I appreciate that. It does take me forever to get each step done though. 

I know Robolop's work, it's incredible. This is more of a functional build. The last install was good for 10 years, so I try to build in some longevity.


----------



## Erick_Markland (Aug 30, 2017)

look dope :thumbsup:


----------



## EcoRS (Oct 24, 2017)

OCD66 said:


> Before I started to build my enclosure, I called Audiomobile. Straight through, I was in touch with Matthew Overpeck. He is Audiomobile. All tech. Awesome customer support.
> 
> 
> Time to build.
> ...


Good to see Audiomobile is back - I was running a single Mass 2012 back in the day and hit 143.0 in a DB Drag competition in San Diego in a 2000 Mercury Cougar--way before the mics were revamped and became more difficult to score 140+ (at that time, est: 2001ish).

Matt Overpeck was the main dude then and ultimately ran the company into the ground for numerous reasons. Hopefully he's matured over the years and learned some business savvy, as his products were top notch then.


----------



## nstaln (Feb 11, 2009)

I luvs me some Audiomobile! I currently have (5) Mass 12's








I'm glad the company is making a resurgence. Your install looks fantastic...as one who is also plagued by OCD, I really like your attention to detail!
Great work!


----------



## nstaln (Feb 11, 2009)

EcoRS said:


> Good to see Audiomobile is back - I was running a single Mass 2012 back in the day and hit 143.0 in a DB Drag competition in San Diego in a 2000 Mercury Cougar--way before the mics were revamped and became more difficult to score 140+ (at that time, est: 2001ish).
> 
> Matt Overpeck was the main dude then and ultimately ran them the company into the ground for numerous reasons. Hopefully he's matured over the years and learned some business savvy, as his products were top notch then.

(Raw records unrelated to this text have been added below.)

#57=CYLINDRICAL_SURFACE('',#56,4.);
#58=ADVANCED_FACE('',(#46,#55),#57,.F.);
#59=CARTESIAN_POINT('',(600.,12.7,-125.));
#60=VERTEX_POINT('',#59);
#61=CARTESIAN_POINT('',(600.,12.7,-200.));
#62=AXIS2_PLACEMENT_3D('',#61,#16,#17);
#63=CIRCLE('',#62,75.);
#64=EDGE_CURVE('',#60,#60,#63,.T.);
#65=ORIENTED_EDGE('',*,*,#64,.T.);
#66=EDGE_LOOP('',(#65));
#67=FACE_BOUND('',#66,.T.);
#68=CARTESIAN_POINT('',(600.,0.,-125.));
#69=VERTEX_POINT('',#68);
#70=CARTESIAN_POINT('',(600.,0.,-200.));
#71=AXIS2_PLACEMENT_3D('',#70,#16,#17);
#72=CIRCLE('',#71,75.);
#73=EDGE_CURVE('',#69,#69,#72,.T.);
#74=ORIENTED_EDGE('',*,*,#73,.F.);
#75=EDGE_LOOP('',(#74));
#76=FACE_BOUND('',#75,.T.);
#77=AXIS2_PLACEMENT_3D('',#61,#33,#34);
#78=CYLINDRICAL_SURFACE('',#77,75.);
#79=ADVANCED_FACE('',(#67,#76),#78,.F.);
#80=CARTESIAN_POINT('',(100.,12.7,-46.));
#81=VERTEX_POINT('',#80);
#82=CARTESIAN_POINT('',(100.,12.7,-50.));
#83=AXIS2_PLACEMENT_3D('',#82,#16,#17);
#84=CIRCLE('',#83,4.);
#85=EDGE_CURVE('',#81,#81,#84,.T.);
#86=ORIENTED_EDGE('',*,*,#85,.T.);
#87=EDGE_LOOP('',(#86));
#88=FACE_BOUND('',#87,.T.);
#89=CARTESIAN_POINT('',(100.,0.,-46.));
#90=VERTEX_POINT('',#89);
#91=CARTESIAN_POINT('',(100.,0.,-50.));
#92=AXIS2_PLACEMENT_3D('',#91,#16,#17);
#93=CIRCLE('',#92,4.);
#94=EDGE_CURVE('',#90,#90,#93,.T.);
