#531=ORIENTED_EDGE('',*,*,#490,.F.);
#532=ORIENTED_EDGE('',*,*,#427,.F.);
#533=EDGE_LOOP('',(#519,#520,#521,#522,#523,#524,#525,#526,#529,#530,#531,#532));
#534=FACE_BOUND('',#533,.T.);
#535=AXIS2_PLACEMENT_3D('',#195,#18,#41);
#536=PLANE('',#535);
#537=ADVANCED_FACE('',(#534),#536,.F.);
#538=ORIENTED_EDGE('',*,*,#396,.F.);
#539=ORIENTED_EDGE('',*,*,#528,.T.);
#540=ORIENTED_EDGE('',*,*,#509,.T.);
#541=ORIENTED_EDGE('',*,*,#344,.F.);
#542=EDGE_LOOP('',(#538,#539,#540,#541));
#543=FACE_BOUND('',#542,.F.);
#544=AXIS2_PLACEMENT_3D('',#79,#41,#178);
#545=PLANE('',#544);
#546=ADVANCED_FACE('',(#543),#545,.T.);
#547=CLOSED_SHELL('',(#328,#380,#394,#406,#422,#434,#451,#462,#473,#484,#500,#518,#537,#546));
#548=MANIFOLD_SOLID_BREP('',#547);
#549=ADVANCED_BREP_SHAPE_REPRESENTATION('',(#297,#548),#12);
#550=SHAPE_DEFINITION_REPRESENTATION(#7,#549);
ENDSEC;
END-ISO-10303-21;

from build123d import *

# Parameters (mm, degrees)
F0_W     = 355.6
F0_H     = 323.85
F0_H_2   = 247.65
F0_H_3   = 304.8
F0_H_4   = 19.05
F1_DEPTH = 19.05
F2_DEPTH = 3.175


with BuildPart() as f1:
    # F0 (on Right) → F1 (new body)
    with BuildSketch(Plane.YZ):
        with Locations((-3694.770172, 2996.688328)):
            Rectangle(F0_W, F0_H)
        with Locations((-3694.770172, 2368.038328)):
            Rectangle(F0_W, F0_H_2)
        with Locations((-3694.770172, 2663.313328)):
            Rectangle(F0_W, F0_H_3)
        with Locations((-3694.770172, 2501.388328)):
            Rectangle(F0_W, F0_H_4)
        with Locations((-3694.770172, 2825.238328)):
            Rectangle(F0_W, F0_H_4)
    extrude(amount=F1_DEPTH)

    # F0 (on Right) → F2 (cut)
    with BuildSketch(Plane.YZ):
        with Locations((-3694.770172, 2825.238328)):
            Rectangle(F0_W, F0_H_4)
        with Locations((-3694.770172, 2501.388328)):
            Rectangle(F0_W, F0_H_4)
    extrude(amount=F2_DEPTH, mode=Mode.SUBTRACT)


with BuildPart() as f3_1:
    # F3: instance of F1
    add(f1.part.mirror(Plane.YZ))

Where a'bouts in SD are you from? I grew up in Poway (Northern county by Rancho Bernardo and Escondido). I still have family out there.


----------



## 1FinalInstall (Oct 13, 2013)

Great work, love your attention to details.


----------



## OCD66 (Apr 2, 2017)

1FinalInstall said:


> Great work, love your attention to details.


Thanks. As I posted in your thread, I don't know how you do it so fast. Takes me forever.


----------



## OCD66 (Apr 2, 2017)

Covered the back of the cab with 2-3 layers of Noico.
https://www.amazon.com/gp/product/B00URUIKAK/ref=oh_aui_detailpage_o07_s00?ie=UTF8&psc=1

I heat it up to about 120f. Makes it much stickier.


The roller works ok, but a pair of welding gloves give me better control and I can really push down on the Noico making full contact. 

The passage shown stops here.